The move, which blacklists 601 new foreign entities, including numerous Huawei and SMIC subsidiaries, marks a significant alignment with U.S. foreign policy, especially amid growing geopolitical tensions with Mainland China.
This updated entity list mandates Taiwanese companies to apply for special licenses before exporting any strategic or high-tech goods to these listed firms — creating new layers of compliance, oversight, and penalties.
Both Huawei and SMIC are already blacklisted by the United States, barred from accessing advanced semiconductor technologies under sweeping export control rules issued in 2019 and expanded in 2022.
By joining the U.S. in this hardline stance, Taiwan — the world’s most crucial chip manufacturing hub — is effectively sealing off critical supply routes that Chinese tech firms previously accessed through loopholes.
“The inclusion of Huawei and SMIC is less about immediate impact and more about sealing cracks in enforcement,” said Ray Wang, an independent tech analyst, in an interview with CNBC.
Taiwanese companies such as TSMC (Taiwan Semiconductor Manufacturing Co.), the global leader in contract chip manufacturing, had already been complying with U.S. restrictions, but now face stricter domestic accountability.
This development comes after a major compliance scandal in October 2024, when researchers at TechInsights found a TSMC-manufactured chip embedded in a Huawei AI training card — despite export controls.
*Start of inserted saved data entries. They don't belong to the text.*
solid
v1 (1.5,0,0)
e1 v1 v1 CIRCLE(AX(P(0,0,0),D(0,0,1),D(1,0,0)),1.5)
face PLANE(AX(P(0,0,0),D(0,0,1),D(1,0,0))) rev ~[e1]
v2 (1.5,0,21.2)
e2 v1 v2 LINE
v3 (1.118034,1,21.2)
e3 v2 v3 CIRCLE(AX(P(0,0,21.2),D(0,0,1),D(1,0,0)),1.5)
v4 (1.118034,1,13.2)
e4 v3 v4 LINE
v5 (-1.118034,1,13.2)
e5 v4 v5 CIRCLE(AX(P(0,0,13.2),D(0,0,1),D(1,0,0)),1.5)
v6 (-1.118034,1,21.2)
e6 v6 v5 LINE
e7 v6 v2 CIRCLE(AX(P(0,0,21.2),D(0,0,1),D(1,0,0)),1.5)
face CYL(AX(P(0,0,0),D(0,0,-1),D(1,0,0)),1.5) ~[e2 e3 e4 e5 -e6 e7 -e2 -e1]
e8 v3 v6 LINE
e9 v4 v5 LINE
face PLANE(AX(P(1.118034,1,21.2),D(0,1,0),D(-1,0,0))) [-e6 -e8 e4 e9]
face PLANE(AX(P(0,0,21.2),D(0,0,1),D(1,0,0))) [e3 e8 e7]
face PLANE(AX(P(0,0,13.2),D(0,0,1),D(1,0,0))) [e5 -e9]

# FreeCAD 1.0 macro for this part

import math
import FreeCAD as App
import Part
import Sketcher
Q = App.Units.Quantity

doc = App.newDocument("Part")
body = doc.addObject("PartDesign::Body", "Body")

# Sketch on XY plane
sketch1 = body.newObject("Sketcher::SketchObject", "Sketch")
sketch1.AttachmentSupport = (doc.getObject("XY_Plane"), [""])
sketch1.MapMode = "FlatFace"
sketch1.addGeometry(Part.Circle(App.Vector(0, 0, 0), App.Vector(0, 0, 1), 1.5), False)
sketch1.addConstraint([
    Sketcher.Constraint("Coincident", 0, 3, -1, 1),
    Sketcher.Constraint("Diameter", 0, Q("3 mm")),
])
pad1 = body.newObject("PartDesign::Pad", "Pad")
pad1.Profile = sketch1
pad1.Length = 21.2

# Sketch on XY plane
sketch2 = body.newObject("Sketcher::SketchObject", "Sketch001")
sketch2.AttachmentSupport = (doc.getObject("XY_Plane"), [""])
sketch2.MapMode = "FlatFace"
sketch2.AttachmentOffset = App.Placement(App.Vector(0, 0, 21.2), App.Rotation())
sketch2.addGeometry([
    Part.ArcOfCircle(Part.Circle(App.Vector(0, 0, 0), App.Vector(0, 0, 1), 1.5), math.radians(42), math.radians(138)),
    Part.LineSegment(App.Vector(-1.1, 1, 0), App.Vector(1.1, 1, 0)),
], False)
sketch2.addConstraint([
    Sketcher.Constraint("Coincident", 0, 1, 1, 2),
    Sketcher.Constraint("Coincident", 1, 1, 0, 2),
    Sketcher.Constraint("Horizontal", 1),
    Sketcher.Constraint("Coincident", 0, 3, -1, 1),
    Sketcher.Constraint("Radius", 0, Q("1.5 mm")),
    Sketcher.Constraint("DistanceY", -1, 1, 0, 1, Q("1 mm")),
])
pocket1 = body.newObject("PartDesign::Pocket", "Pocket")
pocket1.Profile = sketch2
pocket1.Length = 8

doc.recompute()
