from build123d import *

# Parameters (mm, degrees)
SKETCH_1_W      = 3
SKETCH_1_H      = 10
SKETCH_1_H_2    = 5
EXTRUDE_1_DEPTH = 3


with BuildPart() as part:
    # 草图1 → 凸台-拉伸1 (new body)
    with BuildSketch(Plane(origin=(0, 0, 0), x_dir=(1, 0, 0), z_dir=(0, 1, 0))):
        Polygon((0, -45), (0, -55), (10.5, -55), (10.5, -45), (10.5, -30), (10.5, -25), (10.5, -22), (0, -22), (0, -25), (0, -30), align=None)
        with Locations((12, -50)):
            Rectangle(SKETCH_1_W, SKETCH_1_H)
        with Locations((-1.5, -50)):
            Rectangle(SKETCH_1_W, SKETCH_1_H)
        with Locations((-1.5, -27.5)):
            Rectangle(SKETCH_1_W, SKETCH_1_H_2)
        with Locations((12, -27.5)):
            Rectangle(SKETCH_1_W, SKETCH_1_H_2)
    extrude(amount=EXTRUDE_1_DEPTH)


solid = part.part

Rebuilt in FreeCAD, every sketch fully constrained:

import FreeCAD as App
import Part
import Sketcher
from FreeCAD import Vector


def add_polygon(sketch, points):
    """Adds a closed chain of lines whose ends are joined by coincident constraints."""
    first, n = sketch.GeometryCount, len(points)
    for a, b in zip(points, points[1:] + points[:1]):
        sketch.addGeometry(Part.LineSegment(App.Vector(*a, 0), App.Vector(*b, 0)), False)
    for i in range(n):
        sketch.addConstraint(Sketcher.Constraint("Coincident", first + i, 2, first + (i + 1) % n, 1))

doc = App.newDocument("Part")
params = doc.addObject("Spreadsheet::Sheet", "Params")
for row, (alias, value) in enumerate([
    ("sketch1_width", "3 mm"),
    ("sketch1_height", "10 mm"),
    ("sketch1_height2", "15 mm"),
    ("sketch1_height3", "5 mm"),
    ("sketch1_width2", "10.5 mm"),
    ("pad1_length", "3 mm"),
], start=1):
    params.set(f"A{row}", alias)
    params.set(f"B{row}", "=" + value)
    params.setAlias(f"B{row}", alias)

body = doc.addObject("PartDesign::Body", "Body")

# Sketch on XZ plane
sketch1 = body.newObject("Sketcher::SketchObject", "Sketch")
sketch1.AttachmentSupport = (doc.getObject("XZ_Plane"), [""])
sketch1.MapMode = "FlatFace"
add_polygon(sketch1, [(13.5, 55), (13.5, 45), (10.5, 45), (10.5, 30), (13.5, 30), (13.5, 25), (10.5, 25), (10.5, 22), (0, 22), (0, 25), (-3, 25), (-3, 30), (0, 30), (0, 45), (-3, 45), (-3, 55)])  # lines 0-15
sketch1.addConstraint(Sketcher.Constraint("Vertical", 0))
sketch1.addConstraint(Sketcher.Constraint("Horizontal", 1))
sketch1.addConstraint(Sketcher.Constraint("Vertical", 2))
sketch1.addConstraint(Sketcher.Constraint("Horizontal", 3))
sketch1.addConstraint(Sketcher.Constraint("Vertical", 4))
sketch1.addConstraint(Sketcher.Constraint("Horizontal", 5))
sketch1.addConstraint(Sketcher.Constraint("Vertical", 6))
sketch1.addConstraint(Sketcher.Constraint("Horizontal", 7))
sketch1.addConstraint(Sketcher.Constraint("Vertical", 8))
sketch1.addConstraint(Sketcher.Constraint("Horizontal", 9))
sketch1.addConstraint(Sketcher.Constraint("Vertical", 10))
sketch1.addConstraint(Sketcher.Constraint("Horizontal", 11))
sketch1.addConstraint(Sketcher.Constraint("Vertical", 12))
sketch1.addConstraint(Sketcher.Constraint("Horizontal", 13))
sketch1.addConstraint(Sketcher.Constraint("Vertical", 14))
sketch1.addConstraint(Sketcher.Constraint("Horizontal", 15))
sketch1.addConstraint(Sketcher.Constraint("PointOnObject", 7, 2, -2))
sketch1.addConstraint(Sketcher.Constraint("PointOnObject", 11, 2, -2))
sketch1.addConstraint(Sketcher.Constraint("Horizontal", 5, 2, 8, 2))
sketch1.addConstraint(Sketcher.Constraint("Horizontal", 3, 2, 10, 2))
sketch1.addConstraint(Sketcher.Constraint("Horizontal", 1, 2, 12, 2))
sketch1.addConstraint(Sketcher.Constraint("Vertical", 0, 2, 3, 2))
sketch1.addConstraint(Sketcher.Constraint("Vertical", 2, 2, 5, 2))
sketch1.addConstraint(Sketcher.Constraint("Vertical", 10, 2, 13, 2))
sketch1.addConstraint(Sketcher.Constraint("Equal", 5, 9))
sketch1.addConstraint(Sketcher.Constraint("Equal", 13, 6))
sketch1.addConstraint(Sketcher.Constraint("DistanceX", 1, 2, 1, 1, 3.0))
sketch1.addConstraint(Sketcher.Constraint("DistanceY", 0, 2, 0, 1, 10.0))
sketch1.addConstraint(Sketcher.Constraint("DistanceY", 2, 2, 2, 1, 15.0))
sketch1.addConstraint(Sketcher.Constraint("DistanceY", 4, 2, 4, 1, 5.0))
sketch1.addConstraint(Sketcher.Constraint("DistanceX", 7, 2, 7, 1, 10.5))
sketch1.addConstraint(Sketcher.Constraint("DistanceY", -1, 1, 0, 2, 45.0))
sketch1.setExpression("Constraints[42]", "Params.sketch1_width")
sketch1.setExpression("Constraints[43]", "Params.sketch1_height")
sketch1.setExpression("Constraints[44]", "Params.sketch1_height2")
sketch1.setExpression("Constraints[45]", "Params.sketch1_height3")
sketch1.setExpression("Constraints[46]", "Params.sketch1_width2")
pad1 = body.newObject("PartDesign::Pad", "Pad")
pad1.Profile = sketch1
pad1.setExpression("Length", "Params.pad1_length")
pad1.Reversed = True

doc.recompute()
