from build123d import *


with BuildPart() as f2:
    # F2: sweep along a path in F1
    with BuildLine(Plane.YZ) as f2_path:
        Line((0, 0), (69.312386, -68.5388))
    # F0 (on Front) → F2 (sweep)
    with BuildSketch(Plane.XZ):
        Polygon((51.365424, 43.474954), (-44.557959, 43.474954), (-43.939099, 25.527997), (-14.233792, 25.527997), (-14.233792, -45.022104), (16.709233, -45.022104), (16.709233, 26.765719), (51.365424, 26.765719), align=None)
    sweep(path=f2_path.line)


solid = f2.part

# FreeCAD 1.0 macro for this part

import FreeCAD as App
import Part
import Sketcher
Q = App.Units.Quantity


def add_polygon(sketch, points):
    """Adds a closed chain of lines whose ends are joined by coincident constraints."""
    first, n = sketch.GeometryCount, len(points)
    for a, b in zip(points, points[1:] + points[:1]):
        sketch.addGeometry(Part.LineSegment(App.Vector(*a, 0), App.Vector(*b, 0)), False)
    for i in range(n):
        sketch.addConstraint(Sketcher.Constraint("Coincident", first + i, 2, first + (i + 1) % n, 1))

doc = App.newDocument("Part")
body = doc.addObject("PartDesign::Body", "Body")

# Sketch on XZ plane
sketch1 = body.newObject("Sketcher::SketchObject", "Sketch")
sketch1.AttachmentSupport = (doc.getObject("XZ_Plane"), [""])
sketch1.MapMode = "FlatFace"
add_polygon(sketch1, [(51, 43), (-45, 43), (-44, 26), (-14, 26), (-14, -45), (17, -45), (17, 27), (51, 27)])  # lines 0-7
sketch1.addConstraint([
    Sketcher.Constraint("Horizontal", 0),
    Sketcher.Constraint("Horizontal", 2),
    Sketcher.Constraint("Vertical", 3),
    Sketcher.Constraint("Horizontal", 4),
    Sketcher.Constraint("Vertical", 5),
    Sketcher.Constraint("Horizontal", 6),
    Sketcher.Constraint("Vertical", 7),
    Sketcher.Constraint("DistanceY", 3, 2, 3, 1, Q("70.550101 mm")),
    Sketcher.Constraint("DistanceX", 6, 1, 6, 2, Q("34.656191 mm")),
    Sketcher.Constraint("DistanceX", 1, 2, -1, 1, Q("43.939099 mm")),
    Sketcher.Constraint("DistanceX", 0, 2, 0, 1, Q("95.923383 mm")),
    Sketcher.Constraint("DistanceX", 2, 1, 2, 2, Q("29.705307 mm")),
    Sketcher.Constraint("DistanceX", 4, 1, 4, 2, Q("30.943025 mm")),
    Sketcher.Constraint("DistanceY", 5, 1, 5, 2, Q("71.787823 mm")),
    Sketcher.Constraint("DistanceY", 7, 1, 7, 2, Q("16.709235 mm")),
    Sketcher.Constraint("DistanceY", -1, 1, 5, 2, Q("26.765719 mm")),
])

# Sketch on an angled plane
sketch2 = body.newObject("Sketcher::SketchObject", "Sketch001")
sketch2.Placement = App.Placement(App.Vector(0, 0, 0), App.Rotation(App.Vector(0, 0.711063689, -0.703127605), App.Vector(0.999999999, 0, 0), App.Vector(0, -0.703127605, -0.711063689), "ZXY"))
sketch2.addGeometry(Part.LineSegment(App.Vector(0, 0, 0), App.Vector(97, 0, 0)), False)
sketch2.addConstraint([
    Sketcher.Constraint("Horizontal", 0),
    Sketcher.Constraint("Coincident", 0, 1, -1, 1),
    Sketcher.Constraint("DistanceX", 0, 1, 0, 2, Q("97.477043 mm")),
])
doc.recompute()

additivepipe = body.newObject("PartDesign::AdditivePipe", "AdditivePipe")
additivepipe.Profile = sketch1
additivepipe.Spine = (sketch2, ["Edge1"])

doc.recompute()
The discovery prompted the U.S. Commerce Department to order TSMC to halt chip shipments to Huawei and launched a full investigation. According to Reuters, TSMC could face a penalty of up to $1 billion for allegedly violating U.S. export laws.
Huawei, in its effort to reduce reliance on U.S. and Taiwanese suppliers, has been developing alternatives to Nvidia GPUs for AI, but progress has been slow. The company has been hamstrung by a lack of domestic semiconductor infrastructure and engineering scale, according to analysts.
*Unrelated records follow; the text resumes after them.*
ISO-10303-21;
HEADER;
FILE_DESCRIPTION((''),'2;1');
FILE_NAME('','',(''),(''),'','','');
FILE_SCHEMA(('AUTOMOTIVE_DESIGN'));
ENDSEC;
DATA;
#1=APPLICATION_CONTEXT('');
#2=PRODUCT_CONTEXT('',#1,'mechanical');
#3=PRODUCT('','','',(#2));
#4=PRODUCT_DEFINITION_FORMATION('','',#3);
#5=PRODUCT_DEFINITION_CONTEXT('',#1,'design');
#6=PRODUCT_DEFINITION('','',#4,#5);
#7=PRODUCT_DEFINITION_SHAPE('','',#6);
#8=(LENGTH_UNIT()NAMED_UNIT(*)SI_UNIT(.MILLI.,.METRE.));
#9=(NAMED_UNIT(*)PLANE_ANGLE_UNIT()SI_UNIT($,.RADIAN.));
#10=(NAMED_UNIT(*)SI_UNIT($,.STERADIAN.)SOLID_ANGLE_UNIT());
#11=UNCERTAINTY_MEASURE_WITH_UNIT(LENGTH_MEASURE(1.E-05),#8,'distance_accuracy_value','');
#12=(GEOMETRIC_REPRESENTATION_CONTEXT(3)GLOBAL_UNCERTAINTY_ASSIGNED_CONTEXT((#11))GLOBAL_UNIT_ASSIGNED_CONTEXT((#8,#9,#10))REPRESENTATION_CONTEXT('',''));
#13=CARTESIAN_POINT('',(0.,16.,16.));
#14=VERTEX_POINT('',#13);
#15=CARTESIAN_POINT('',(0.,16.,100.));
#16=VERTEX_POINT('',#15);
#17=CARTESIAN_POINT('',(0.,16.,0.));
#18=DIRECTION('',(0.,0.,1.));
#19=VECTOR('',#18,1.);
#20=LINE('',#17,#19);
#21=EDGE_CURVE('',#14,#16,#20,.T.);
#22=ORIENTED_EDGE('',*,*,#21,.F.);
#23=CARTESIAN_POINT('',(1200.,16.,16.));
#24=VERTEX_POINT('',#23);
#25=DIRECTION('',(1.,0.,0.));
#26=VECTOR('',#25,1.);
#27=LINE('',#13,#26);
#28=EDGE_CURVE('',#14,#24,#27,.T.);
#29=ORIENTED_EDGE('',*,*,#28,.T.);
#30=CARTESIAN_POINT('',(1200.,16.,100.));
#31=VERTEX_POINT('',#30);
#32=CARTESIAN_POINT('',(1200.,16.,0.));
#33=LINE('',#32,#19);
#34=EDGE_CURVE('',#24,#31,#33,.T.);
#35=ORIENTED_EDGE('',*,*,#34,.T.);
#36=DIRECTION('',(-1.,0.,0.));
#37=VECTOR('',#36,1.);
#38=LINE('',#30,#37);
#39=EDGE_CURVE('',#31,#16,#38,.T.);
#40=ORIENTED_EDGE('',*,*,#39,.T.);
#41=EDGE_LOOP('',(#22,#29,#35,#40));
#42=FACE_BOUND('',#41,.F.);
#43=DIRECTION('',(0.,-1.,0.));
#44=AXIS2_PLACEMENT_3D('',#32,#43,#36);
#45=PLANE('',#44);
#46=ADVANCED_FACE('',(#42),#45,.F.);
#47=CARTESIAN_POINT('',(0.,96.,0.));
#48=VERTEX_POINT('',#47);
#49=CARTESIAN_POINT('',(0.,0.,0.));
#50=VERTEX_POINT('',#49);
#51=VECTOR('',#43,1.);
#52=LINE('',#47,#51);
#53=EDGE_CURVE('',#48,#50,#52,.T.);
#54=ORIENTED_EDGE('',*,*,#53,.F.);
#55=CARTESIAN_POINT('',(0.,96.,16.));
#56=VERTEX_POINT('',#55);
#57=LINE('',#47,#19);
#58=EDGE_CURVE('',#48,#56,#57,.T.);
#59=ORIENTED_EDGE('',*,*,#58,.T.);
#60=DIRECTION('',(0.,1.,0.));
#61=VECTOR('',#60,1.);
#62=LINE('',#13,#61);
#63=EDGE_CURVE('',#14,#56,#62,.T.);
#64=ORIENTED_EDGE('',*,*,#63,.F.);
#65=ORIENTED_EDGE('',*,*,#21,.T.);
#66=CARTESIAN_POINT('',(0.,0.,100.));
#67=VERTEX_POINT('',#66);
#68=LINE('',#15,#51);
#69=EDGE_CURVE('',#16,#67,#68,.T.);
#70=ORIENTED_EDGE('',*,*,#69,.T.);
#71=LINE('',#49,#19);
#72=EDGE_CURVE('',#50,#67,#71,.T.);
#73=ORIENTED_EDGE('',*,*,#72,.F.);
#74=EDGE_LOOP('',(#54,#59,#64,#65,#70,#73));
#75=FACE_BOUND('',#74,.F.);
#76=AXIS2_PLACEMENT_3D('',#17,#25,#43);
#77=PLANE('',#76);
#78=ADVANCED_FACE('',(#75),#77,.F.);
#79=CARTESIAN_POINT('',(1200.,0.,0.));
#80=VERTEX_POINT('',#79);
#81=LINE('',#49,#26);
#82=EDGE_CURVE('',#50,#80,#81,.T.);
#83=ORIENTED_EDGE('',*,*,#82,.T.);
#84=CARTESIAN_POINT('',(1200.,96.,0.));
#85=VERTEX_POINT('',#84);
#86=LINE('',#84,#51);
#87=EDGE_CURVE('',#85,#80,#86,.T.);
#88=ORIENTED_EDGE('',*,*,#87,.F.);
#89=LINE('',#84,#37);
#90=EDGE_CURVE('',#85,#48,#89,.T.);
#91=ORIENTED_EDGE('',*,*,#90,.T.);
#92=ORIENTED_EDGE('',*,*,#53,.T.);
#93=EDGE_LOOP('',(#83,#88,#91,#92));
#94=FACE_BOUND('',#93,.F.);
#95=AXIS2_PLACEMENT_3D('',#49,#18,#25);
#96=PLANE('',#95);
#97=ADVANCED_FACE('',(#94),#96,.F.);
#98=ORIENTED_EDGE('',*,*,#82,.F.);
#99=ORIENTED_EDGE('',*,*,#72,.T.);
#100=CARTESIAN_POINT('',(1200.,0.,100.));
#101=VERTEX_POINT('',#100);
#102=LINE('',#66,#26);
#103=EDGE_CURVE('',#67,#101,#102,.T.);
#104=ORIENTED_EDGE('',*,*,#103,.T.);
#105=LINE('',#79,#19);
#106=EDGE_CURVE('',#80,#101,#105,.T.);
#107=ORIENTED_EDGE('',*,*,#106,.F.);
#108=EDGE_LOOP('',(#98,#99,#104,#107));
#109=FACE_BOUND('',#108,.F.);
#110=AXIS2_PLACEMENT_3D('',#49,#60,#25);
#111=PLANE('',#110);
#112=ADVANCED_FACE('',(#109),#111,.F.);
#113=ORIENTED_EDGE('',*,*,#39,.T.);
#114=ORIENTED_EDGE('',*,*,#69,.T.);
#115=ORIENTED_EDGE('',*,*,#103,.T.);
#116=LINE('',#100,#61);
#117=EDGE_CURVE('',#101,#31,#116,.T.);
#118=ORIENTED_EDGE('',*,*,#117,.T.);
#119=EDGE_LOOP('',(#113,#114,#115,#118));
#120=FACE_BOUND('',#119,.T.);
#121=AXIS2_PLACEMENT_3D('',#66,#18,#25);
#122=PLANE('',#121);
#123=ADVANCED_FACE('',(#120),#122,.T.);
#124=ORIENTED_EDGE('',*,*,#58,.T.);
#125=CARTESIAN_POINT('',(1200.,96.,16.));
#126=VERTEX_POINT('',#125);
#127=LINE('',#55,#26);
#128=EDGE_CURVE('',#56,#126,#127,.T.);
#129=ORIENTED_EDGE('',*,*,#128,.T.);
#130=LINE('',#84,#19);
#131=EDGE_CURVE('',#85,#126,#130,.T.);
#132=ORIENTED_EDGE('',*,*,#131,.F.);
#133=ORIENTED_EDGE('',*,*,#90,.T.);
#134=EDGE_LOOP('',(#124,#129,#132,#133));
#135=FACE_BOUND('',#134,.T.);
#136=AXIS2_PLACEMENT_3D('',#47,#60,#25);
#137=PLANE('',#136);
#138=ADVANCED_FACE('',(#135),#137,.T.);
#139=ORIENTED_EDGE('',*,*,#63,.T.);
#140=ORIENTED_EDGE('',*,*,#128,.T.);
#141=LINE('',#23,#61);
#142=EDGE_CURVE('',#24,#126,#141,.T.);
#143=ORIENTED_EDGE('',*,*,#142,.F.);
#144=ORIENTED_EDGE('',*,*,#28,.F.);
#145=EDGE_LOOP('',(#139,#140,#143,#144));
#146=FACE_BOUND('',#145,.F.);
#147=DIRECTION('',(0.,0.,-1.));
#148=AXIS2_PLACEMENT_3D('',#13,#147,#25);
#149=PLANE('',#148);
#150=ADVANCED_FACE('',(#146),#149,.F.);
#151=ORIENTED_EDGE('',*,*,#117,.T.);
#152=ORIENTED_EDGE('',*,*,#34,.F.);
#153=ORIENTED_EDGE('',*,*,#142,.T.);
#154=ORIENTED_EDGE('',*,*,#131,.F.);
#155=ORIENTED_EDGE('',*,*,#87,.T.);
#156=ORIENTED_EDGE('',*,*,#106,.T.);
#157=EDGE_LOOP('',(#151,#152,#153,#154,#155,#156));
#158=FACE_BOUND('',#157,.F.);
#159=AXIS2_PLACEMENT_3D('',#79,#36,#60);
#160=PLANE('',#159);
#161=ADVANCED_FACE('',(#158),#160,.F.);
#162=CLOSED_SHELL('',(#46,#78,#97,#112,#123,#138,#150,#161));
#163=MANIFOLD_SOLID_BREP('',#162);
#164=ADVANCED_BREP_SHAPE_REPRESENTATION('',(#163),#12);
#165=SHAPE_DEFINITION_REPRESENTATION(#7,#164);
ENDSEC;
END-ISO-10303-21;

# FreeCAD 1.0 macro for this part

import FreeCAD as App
import Part
import Sketcher
Q = App.Units.Quantity

doc = App.newDocument("Part")
body = doc.addObject("PartDesign::Body", "Body")

sketch1 = body.newObject("Sketcher::SketchObject", "Sketch")
sketch1.AttachmentSupport = (doc.getObject("XY_Plane"), [""])
sketch1.MapMode = "FlatFace"
sketch1.addGeometry(Part.LineSegment(App.Vector(0, 16, 0), App.Vector(0, 0, 0)), False)
sketch1.addGeometry(Part.LineSegment(App.Vector(0, 0, 0), App.Vector(1200, 0, 0)), False)
sketch1.addGeometry(Part.LineSegment(App.Vector(1200, 0, 0), App.Vector(1200, 16, 0)), False)
sketch1.addGeometry(Part.LineSegment(App.Vector(1200, 16, 0), App.Vector(0, 16, 0)), False)
sketch1.addConstraint(Sketcher.Constraint("Coincident", 0, 2, 1, 1))
sketch1.addConstraint(Sketcher.Constraint("Coincident", 1, 2, 2, 1))
sketch1.addConstraint(Sketcher.Constraint("Coincident", 2, 2, 3, 1))
sketch1.addConstraint(Sketcher.Constraint("Coincident", 3, 2, 0, 1))
sketch1.addConstraint(Sketcher.Constraint("Vertical", 0))
sketch1.addConstraint(Sketcher.Constraint("Horizontal", 1))
sketch1.addConstraint(Sketcher.Constraint("Vertical", 2))
sketch1.addConstraint(Sketcher.Constraint("Horizontal", 3))
sketch1.addConstraint(Sketcher.Constraint("Coincident", 0, 2, -1, 1))
sketch1.addConstraint(Sketcher.Constraint("DistanceX", 1, 1, 1, 2, Q("1200 mm")))
sketch1.addConstraint(Sketcher.Constraint("DistanceY", 0, 2, 0, 1, Q("16 mm")))
pad1 = body.newObject("PartDesign::Pad", "Pad")
pad1.Profile = sketch1
pad1.Length = 100

sketch2 = body.newObject("Sketcher::SketchObject", "Sketch001")
sketch2.AttachmentSupport = (doc.getObject("XZ_Plane"), [""])
sketch2.MapMode = "FlatFace"
sketch2.AttachmentOffset = App.Placement(App.Vector(0, 0, -16), App.Rotation())
sketch2.addGeometry(Part.LineSegment(App.Vector(1200, 16, 0), App.Vector(1200, 0, 0)), False)
sketch2.addGeometry(Part.LineSegment(App.Vector(1200, 0, 0), App.Vector(0, 0, 0)), False)
sketch2.addGeometry(Part.LineSegment(App.Vector(0, 0, 0), App.Vector(0, 16, 0)), False)
sketch2.addGeometry(Part.LineSegment(App.Vector(0, 16, 0), App.Vector(1200, 16, 0)), False)
sketch2.addConstraint(Sketcher.Constraint("Coincident", 0, 2, 1, 1))
sketch2.addConstraint(Sketcher.Constraint("Coincident", 1, 2, 2, 1))
sketch2.addConstraint(Sketcher.Constraint("Coincident", 2, 2, 3, 1))
sketch2.addConstraint(Sketcher.Constraint("Coincident", 3, 2, 0, 1))
sketch2.addConstraint(Sketcher.Constraint("Vertical", 0))
sketch2.addConstraint(Sketcher.Constraint("Horizontal", 1))
sketch2.addConstraint(Sketcher.Constraint("Vertical", 2))
sketch2.addConstraint(Sketcher.Constraint("Horizontal", 3))
sketch2.addConstraint(Sketcher.Constraint("Coincident", 1, 2, -1, 1))
sketch2.addConstraint(Sketcher.Constraint("DistanceY", 0, 2, 0, 1, Q("16 mm")))
sketch2.addConstraint(Sketcher.Constraint("DistanceX", 1, 2, 1, 1, Q("1200 mm")))
pad2 = body.newObject("PartDesign::Pad", "Pad001")
pad2.Profile = sketch2
pad2.Length = 80
pad2.Reversed = True

doc.recompute()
Still, Huawei was able to quietly acquire millions of GPU silicon dies — the building blocks of AI processors — through legal grey zones, said Paul Triolo, SVP for China at DGA-Albright Stonebridge Group.
While TSMC and other major players are unlikely to see significant revenue loss from the ban, the symbolism is powerful, said Brady Wang, Associate Director at Counterpoint Research.
“This isn’t just about Huawei or SMIC,” Wang said. “It’s about Taiwan showing the world it stands shoulder-to-shoulder with the U.S. in protecting advanced technology.”
The real impact may fall on smaller Taiwanese chipmakers and component suppliers — particularly those who maintain indirect or legacy relationships with Chinese firms. These companies now face heightened scrutiny and complex compliance burdens that could hurt their bottom line.
Taiwan’s decision isn’t happening in a vacuum. It comes at a time of escalating military pressure from Beijing, which views Taiwan as a breakaway province that must be reunited with the mainland — by force if necessary.
In April 2025, China launched its largest-ever military exercises near Taiwan, prompting strong words from Washington and reaffirmation of the U.S. commitment to the island’s security.
Last Sunday, China’s top political adviser Wang Huning reiterated Beijing’s stance, calling for “national reunification” and vowing to oppose any form of Taiwanese independence, as reported by Chinese state media.
By blacklisting Huawei and SMIC, Taiwan isn’t just making a trade decision — it’s taking a geopolitical stand.
The decision:
At a time when the semiconductor industry is at the heart of global strategic competition, Taiwan’s stance sends a loud and clear message: national security and international alliances now outweigh commercial risk.